Negli anni successivi, ha scritto molto di natura e giardini: diversi libri e molti articoli per una rivista di giardinaggio. Aveva una rubrica intitolata Apprendista di felicità. L’apprendista era Pia, i maestri tanti, non sempre umani. Per esempio i suoi due cani: Nino, incerto misto di labrador e rottweiler, mangiatore di lamponi e uva; Macchia, instancabile fox terrier, che gioca con le pere e le mele cadute dagli alberi. Quando veniva l’autunno e le spiagge si svuotavano, Pia guidava fino a Marina di Vecchiano n compagnia di Nino e Macchia: lei mangiava il fritto di paranza in uno dei ristorantini lungo la spiaggia e loro correvano liberi tra le dune e i gigli di mare, l’elicriso, l’euforbia. Ma il maestro per eccellenza era senza dubbio l’orto: tutti gli ortaggi che vi crescevano avevano qualche cosa da insegnarle.

Tra le ragioni per cui Pia amava tanto coltivare l’orto, certamente vi erano la golosità e il desiderio di essere autonoma, di coltivare da sola quello che mangiava. Voleva ‘la dispensa piena’. Continuava a essere la bambina che alle bambole preferiva la terra, stare all’aperto, scavare buche, innaffiare, salire sugli alberi a raccogliere i fichi, o strappare ciliegie a mazzi dagli alberi e ficcarsele in bocca sporcandosi la faccia di sugo rosso. In estate organizzava fantasiose insalate con pomodori ed erbe aromatiche; friggeva gli zucchini, addentava croccanti finocchi. Si inebriava col profumo dell’aneto. E non solo mangiava ma godeva delle forme e dei colori di queste sue creature. Il giardino e l’orto erano come un quadro ed era lei che decideva gli accostamenti mentre seminava, creava aiuole, bordure: un tocco di giallo là coi girasoli; l’esuberanza multicolore delle dalie; l’arancio acceso dei nasturzi; il viola cupo ed elegante delle melanzane.

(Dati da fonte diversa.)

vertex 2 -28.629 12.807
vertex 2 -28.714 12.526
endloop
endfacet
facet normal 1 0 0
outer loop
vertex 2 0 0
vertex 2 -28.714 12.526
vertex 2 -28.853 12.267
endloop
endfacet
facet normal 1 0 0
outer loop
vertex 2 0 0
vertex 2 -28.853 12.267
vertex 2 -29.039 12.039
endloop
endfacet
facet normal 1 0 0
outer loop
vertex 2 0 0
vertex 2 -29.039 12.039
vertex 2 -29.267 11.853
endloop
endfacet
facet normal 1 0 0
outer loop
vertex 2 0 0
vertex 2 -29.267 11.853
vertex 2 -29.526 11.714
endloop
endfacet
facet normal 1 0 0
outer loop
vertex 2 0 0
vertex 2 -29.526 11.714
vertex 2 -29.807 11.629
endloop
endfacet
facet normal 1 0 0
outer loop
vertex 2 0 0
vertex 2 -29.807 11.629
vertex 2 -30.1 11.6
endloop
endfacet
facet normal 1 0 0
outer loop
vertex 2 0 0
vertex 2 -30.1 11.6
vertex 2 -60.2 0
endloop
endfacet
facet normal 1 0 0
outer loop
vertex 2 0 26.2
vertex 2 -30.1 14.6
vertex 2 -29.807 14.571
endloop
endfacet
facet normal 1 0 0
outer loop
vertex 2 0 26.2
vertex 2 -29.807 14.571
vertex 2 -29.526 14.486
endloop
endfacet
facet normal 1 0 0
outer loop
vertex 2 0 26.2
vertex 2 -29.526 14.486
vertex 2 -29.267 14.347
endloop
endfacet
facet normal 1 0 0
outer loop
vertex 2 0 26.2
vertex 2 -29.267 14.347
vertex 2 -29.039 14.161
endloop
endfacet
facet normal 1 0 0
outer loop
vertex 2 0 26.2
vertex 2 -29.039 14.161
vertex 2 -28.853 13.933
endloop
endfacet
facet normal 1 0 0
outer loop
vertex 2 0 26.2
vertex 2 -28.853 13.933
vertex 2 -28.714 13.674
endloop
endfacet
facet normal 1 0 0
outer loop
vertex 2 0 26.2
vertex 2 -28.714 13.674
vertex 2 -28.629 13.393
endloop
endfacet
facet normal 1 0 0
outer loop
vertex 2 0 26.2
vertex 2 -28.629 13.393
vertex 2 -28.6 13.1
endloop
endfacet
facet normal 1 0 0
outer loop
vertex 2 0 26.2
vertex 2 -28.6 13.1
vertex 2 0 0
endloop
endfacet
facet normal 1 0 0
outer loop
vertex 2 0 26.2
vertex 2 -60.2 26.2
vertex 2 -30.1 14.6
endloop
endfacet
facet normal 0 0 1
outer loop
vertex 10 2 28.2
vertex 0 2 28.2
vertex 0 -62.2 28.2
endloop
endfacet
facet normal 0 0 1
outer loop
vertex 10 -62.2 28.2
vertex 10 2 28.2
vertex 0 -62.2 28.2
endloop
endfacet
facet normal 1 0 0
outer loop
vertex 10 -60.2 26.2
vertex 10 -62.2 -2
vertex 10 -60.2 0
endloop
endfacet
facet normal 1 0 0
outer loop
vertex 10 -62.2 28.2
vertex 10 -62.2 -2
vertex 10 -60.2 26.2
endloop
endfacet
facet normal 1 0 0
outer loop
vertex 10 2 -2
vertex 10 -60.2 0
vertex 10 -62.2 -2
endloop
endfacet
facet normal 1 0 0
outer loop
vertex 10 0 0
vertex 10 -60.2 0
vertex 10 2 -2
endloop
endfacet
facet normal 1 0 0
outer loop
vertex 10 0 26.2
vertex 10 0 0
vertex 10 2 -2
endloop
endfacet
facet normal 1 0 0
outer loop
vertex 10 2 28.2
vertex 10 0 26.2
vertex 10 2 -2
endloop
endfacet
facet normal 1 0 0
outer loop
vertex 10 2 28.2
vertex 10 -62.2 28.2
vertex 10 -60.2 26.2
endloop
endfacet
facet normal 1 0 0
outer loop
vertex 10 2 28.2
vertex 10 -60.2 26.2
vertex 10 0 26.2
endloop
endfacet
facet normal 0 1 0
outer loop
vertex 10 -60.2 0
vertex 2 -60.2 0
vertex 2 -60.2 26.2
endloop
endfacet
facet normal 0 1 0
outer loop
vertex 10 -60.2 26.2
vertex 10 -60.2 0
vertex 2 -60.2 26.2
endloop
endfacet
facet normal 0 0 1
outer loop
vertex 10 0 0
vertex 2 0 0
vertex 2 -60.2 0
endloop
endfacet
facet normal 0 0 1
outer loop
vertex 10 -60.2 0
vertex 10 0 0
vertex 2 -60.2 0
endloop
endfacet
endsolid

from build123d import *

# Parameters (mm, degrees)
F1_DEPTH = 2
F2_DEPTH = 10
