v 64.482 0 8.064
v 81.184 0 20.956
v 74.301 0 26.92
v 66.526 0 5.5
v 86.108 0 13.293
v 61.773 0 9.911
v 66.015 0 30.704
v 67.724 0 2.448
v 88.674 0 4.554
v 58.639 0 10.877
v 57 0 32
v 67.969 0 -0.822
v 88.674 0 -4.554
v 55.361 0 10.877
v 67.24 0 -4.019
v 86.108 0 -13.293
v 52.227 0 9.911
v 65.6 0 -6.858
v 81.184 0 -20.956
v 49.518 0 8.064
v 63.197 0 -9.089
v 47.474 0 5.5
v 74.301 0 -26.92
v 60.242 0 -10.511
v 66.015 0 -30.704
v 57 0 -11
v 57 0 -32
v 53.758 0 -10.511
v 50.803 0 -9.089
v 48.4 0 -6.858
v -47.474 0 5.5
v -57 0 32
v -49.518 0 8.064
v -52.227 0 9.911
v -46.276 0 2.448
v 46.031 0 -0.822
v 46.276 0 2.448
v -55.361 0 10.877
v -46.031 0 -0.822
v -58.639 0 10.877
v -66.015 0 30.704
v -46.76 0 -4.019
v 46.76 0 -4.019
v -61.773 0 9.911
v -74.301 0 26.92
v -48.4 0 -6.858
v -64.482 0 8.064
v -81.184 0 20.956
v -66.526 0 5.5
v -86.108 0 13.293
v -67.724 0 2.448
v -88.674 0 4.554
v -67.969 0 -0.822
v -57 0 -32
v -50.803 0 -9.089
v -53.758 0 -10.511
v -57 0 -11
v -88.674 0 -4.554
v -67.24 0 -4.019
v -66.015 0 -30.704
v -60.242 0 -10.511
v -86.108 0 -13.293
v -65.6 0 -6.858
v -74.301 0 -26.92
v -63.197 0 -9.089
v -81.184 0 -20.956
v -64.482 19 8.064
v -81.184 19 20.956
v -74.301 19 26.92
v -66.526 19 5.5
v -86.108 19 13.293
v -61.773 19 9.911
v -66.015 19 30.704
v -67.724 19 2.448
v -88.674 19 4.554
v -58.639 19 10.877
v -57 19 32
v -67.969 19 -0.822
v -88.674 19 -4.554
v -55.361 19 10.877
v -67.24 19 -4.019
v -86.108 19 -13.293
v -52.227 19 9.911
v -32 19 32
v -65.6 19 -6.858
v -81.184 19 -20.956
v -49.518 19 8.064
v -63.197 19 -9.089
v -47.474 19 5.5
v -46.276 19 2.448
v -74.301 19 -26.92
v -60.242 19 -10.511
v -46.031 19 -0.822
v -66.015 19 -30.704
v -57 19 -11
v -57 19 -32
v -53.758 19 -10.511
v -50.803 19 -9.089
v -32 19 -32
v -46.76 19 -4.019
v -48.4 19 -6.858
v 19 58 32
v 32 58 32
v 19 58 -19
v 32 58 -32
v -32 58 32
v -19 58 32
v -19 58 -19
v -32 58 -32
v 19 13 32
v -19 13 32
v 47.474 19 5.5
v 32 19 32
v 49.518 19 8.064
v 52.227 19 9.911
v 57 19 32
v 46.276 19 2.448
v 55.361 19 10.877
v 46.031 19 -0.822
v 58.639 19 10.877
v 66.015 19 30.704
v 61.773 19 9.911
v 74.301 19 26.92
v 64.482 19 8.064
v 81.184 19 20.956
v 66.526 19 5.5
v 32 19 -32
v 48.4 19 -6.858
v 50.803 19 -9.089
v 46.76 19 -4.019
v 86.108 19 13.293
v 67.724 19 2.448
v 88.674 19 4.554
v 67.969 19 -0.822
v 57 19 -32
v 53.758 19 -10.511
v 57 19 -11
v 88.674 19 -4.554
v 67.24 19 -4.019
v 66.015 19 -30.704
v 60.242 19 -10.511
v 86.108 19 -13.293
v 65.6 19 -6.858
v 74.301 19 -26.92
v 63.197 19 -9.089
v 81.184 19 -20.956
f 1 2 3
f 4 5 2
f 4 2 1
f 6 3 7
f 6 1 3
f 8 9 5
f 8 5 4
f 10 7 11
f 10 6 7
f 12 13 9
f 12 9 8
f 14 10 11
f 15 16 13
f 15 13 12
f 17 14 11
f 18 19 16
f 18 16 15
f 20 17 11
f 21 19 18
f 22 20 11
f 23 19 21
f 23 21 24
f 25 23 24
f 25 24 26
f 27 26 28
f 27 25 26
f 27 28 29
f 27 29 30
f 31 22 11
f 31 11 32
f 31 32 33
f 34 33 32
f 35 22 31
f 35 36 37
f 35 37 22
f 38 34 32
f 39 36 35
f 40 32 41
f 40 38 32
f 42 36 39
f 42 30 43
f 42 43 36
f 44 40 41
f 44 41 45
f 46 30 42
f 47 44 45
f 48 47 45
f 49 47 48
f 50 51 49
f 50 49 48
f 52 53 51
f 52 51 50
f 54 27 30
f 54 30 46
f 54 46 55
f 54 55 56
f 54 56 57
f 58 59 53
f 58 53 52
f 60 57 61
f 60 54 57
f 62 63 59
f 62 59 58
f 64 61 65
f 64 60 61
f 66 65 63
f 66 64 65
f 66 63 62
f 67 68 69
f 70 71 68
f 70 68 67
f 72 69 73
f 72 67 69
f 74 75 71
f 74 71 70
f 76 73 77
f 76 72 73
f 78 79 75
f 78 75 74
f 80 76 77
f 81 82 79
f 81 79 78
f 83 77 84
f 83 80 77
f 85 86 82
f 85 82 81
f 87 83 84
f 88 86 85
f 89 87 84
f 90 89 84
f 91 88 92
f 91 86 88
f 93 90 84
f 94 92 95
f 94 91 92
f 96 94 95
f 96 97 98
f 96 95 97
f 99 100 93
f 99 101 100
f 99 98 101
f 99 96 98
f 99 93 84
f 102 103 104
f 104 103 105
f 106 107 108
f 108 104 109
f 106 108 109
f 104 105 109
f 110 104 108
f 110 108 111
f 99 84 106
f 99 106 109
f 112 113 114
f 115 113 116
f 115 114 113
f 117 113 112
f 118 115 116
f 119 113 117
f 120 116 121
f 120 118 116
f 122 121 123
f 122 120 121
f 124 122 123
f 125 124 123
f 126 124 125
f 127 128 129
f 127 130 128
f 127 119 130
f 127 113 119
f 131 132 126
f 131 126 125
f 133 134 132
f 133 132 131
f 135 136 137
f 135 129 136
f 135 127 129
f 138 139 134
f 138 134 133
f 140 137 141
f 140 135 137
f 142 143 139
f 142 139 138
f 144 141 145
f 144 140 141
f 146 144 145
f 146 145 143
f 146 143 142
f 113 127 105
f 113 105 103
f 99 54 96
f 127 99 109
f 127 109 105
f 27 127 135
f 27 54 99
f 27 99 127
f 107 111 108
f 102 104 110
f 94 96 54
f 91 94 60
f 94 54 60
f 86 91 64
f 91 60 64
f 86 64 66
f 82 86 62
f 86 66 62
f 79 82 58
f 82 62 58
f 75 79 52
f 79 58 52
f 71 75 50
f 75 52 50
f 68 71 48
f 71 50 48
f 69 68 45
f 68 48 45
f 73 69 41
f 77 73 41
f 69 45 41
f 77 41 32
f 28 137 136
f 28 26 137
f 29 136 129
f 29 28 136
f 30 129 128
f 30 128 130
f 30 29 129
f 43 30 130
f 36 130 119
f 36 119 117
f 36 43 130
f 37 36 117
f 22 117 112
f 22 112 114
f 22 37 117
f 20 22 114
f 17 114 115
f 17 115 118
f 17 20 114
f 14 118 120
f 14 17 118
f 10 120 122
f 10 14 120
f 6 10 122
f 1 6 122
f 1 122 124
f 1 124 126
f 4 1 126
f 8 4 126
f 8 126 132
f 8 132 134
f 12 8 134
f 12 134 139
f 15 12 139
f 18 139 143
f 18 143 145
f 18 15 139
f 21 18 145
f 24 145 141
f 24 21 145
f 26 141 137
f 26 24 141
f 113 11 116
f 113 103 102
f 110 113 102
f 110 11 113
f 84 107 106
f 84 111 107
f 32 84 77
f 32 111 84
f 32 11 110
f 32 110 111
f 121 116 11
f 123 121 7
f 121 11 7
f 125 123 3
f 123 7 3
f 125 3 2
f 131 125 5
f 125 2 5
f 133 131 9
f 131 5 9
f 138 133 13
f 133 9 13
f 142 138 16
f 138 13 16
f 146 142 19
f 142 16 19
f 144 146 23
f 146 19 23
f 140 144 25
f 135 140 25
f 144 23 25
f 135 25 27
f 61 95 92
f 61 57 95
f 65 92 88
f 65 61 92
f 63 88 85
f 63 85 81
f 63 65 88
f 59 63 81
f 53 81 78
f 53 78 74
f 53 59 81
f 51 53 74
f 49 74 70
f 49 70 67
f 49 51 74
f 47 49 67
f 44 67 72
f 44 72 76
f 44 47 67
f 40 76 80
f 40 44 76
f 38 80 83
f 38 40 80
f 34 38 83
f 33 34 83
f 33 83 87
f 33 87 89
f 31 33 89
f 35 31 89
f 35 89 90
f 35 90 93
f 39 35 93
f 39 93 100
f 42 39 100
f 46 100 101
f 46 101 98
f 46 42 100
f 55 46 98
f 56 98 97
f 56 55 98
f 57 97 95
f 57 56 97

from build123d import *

# Parameters (mm, degrees)
SKETCH1_R               = 11
BOSS_EXTRUDE1_DEPTH     = 13
SKETCH2_W               = 38
SKETCH2_H               = 51
BOSS_EXTRUDE3_DEPTH     = 45
CUT_EXTRUDE1_DEPTH      = 127.696487718
CUT_EXTRUDE1_DEPTH_BACK = 127.696487718
SKETCH4_R               = 11
BOSS_EXTRUDE4_DEPTH     = 6
BOSS_EXTRUDE5_DEPTH     = 39


with BuildPart() as part:
    # Sketch1 → Boss-Extrude1 (new body)
    with BuildSketch(Plane(origin=(0, 0, 0), x_dir=(1, 0, 0), z_dir=(0, 1, 0))):
        with BuildLine():
            Line((-57, 32), (57, 32))
            ThreePointArc((57, 32), (89, 0), (57, -32))
            Line((57, -32), (-57, -32))
            ThreePointArc((-57, -32), (-89, 0), (-57, 32))
        make_face()
        with Locations(Location((-57, 0, 0), (0, 0, 90))):
            Circle(SKETCH1_R, mode=Mode.SUBTRACT)
        with Locations(Location((57, 0, 0), (0, 0, 90))):
            Circle(SKETCH1_R, mode=Mode.SUBTRACT)
    extrude(amount=BOSS_EXTRUDE1_DEPTH)

    # Sketch2 → Boss-Extrude3 (add)
    with BuildSketch(Plane(origin=(0, 13, 0), x_dir=(1, 0, 0), z_dir=(0, 1, 0))):
        with Locations((0, -6.5)):
            Rectangle(SKETCH2_W, SKETCH2_H)
    extrude(amount=BOSS_EXTRUDE3_DEPTH)

    # Sketch3 → Cut-Extrude1 (cut, two sides: drawn at the far end of the back side and taken through both)
    with BuildSketch(Plane.ZY.offset(19).offset(-CUT_EXTRUDE1_DEPTH_BACK)):
        Polygon((-143.828237157, 168.142562197), (-19, 58), (32, 13), (156.828237157, -97.142562197), (377.113361551, 152.513912116), (76.456887238, 417.799036511), align=None)
    extrude(amount=CUT_EXTRUDE1_DEPTH + CUT_EXTRUDE1_DEPTH_BACK, mode=Mode.SUBTRACT)

    # Sketch4 → Boss-Extrude4 (add)
    with BuildSketch(Plane(origin=(0, 13, 0), x_dir=(1, 0, 0), z_dir=(0, 1, 0))):
        with BuildLine():
            ThreePointArc((-57, 32), (-89, 0), (-57, -32))
            Line((-57, -32), (-19, -32))
            Line((-19, -32), (-19, 19))
            Line((-19, 19), (19, 19))
            Line((19, 19), (19, -32))
            Line((19, -32), (57, -32))
            ThreePointArc((57, -32), (89, 0), (57, 32))
            Line((57, 32), (-57, 32))
        make_face()
        with Locations(Location((-57, 0, 0), (0, 0, 90))):
            Circle(SKETCH4_R, mode=Mode.SUBTRACT)
        with Locations(Location((57, 0, 0), (0, 0, 90))):
            Circle(SKETCH4_R, mode=Mode.SUBTRACT)
    extrude(amount=BOSS_EXTRUDE4_DEPTH)

    # Sketch5 → Boss-Extrude5 (add)
    with BuildSketch(Plane(origin=(0, 19, 0), x_dir=(1, 0, 0), z_dir=(0, 1, 0))):
        Polygon((-32, 32), (32, 32), (32, -32), (19, -32), (19, -25.2), (19, 19), (-19, 19), (-19, -25.2), (-19, -32), (-32, -32), align=None)
    extrude(amount=BOSS_EXTRUDE5_DEPTH)


solid = part.part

Installata nel suo podere toscano, Pia viveva abbastanza tranquillamente – tranquillamente ma non troppo. Sì, perché predicava la serenità, la ricercava, ma non la possedeva: era una persona inquieta. Nelle giornate di scontentezza, però, era sufficiente che prendesse la via dell’orto per cambiare umore. Bastava legarsi alla cintura il fodero con le cesoie, ‘attraversare il giardino, strada facendo tagliare un rametto secco, già che ci sono passare dal frutteto a vedere se le more del gelso sono mature. Già solo a mangiare le more mi sono scordata del mio malumore. Quando arrivo nell’orto non so più nemmeno perché ci sono venuta. Traffico tra le piante e loro mi dicono perché sono qui: hai noi da accudire. Prenditi cura di noi, ricambieremo con un invito a pranzo’.

E quando Pia si è ammalata di una malattia che la stava facendo diventare, come diceva lei, un ramo secco, la sua preoccupazione più grande è stata la sua terra. Ha scritto un ultimo libro, forse il più bello, che aveva come titolo un verso di Emily Dickinson, una poetessa americana che Pia amava molto: Al giardino ancora non l’ho detto. Come poteva dire alle sue piante che non avrebbe più potuto occuparsi di loro? Chi avrebbe potato, innaffiato, zappato, vangato, seminato? Lentamente, però, a mano a mano che scriveva il libro e che si avvicinava la sua uscita di scena, ha capito che il giardino era lì per aiutarla. Le offriva soluzioni nei giorni più tristi, la consolava, le regalava colori, profumi, frutti, bellezza, saggezza. Le suggeriva in ogni momento che non si sarebbero lasciati. E aveva ragione. Un Paradiso è il luogo in cui si torna e si resta. Per sempre.

* Pia aveva letto tanti libri e dunque conosceva tante parole, anche quelle poco usate. ‘Avito’ viene dal latino avitus e significa ereditato dagli avi, ossia gli antenati, i nostri nonni e bisnonni.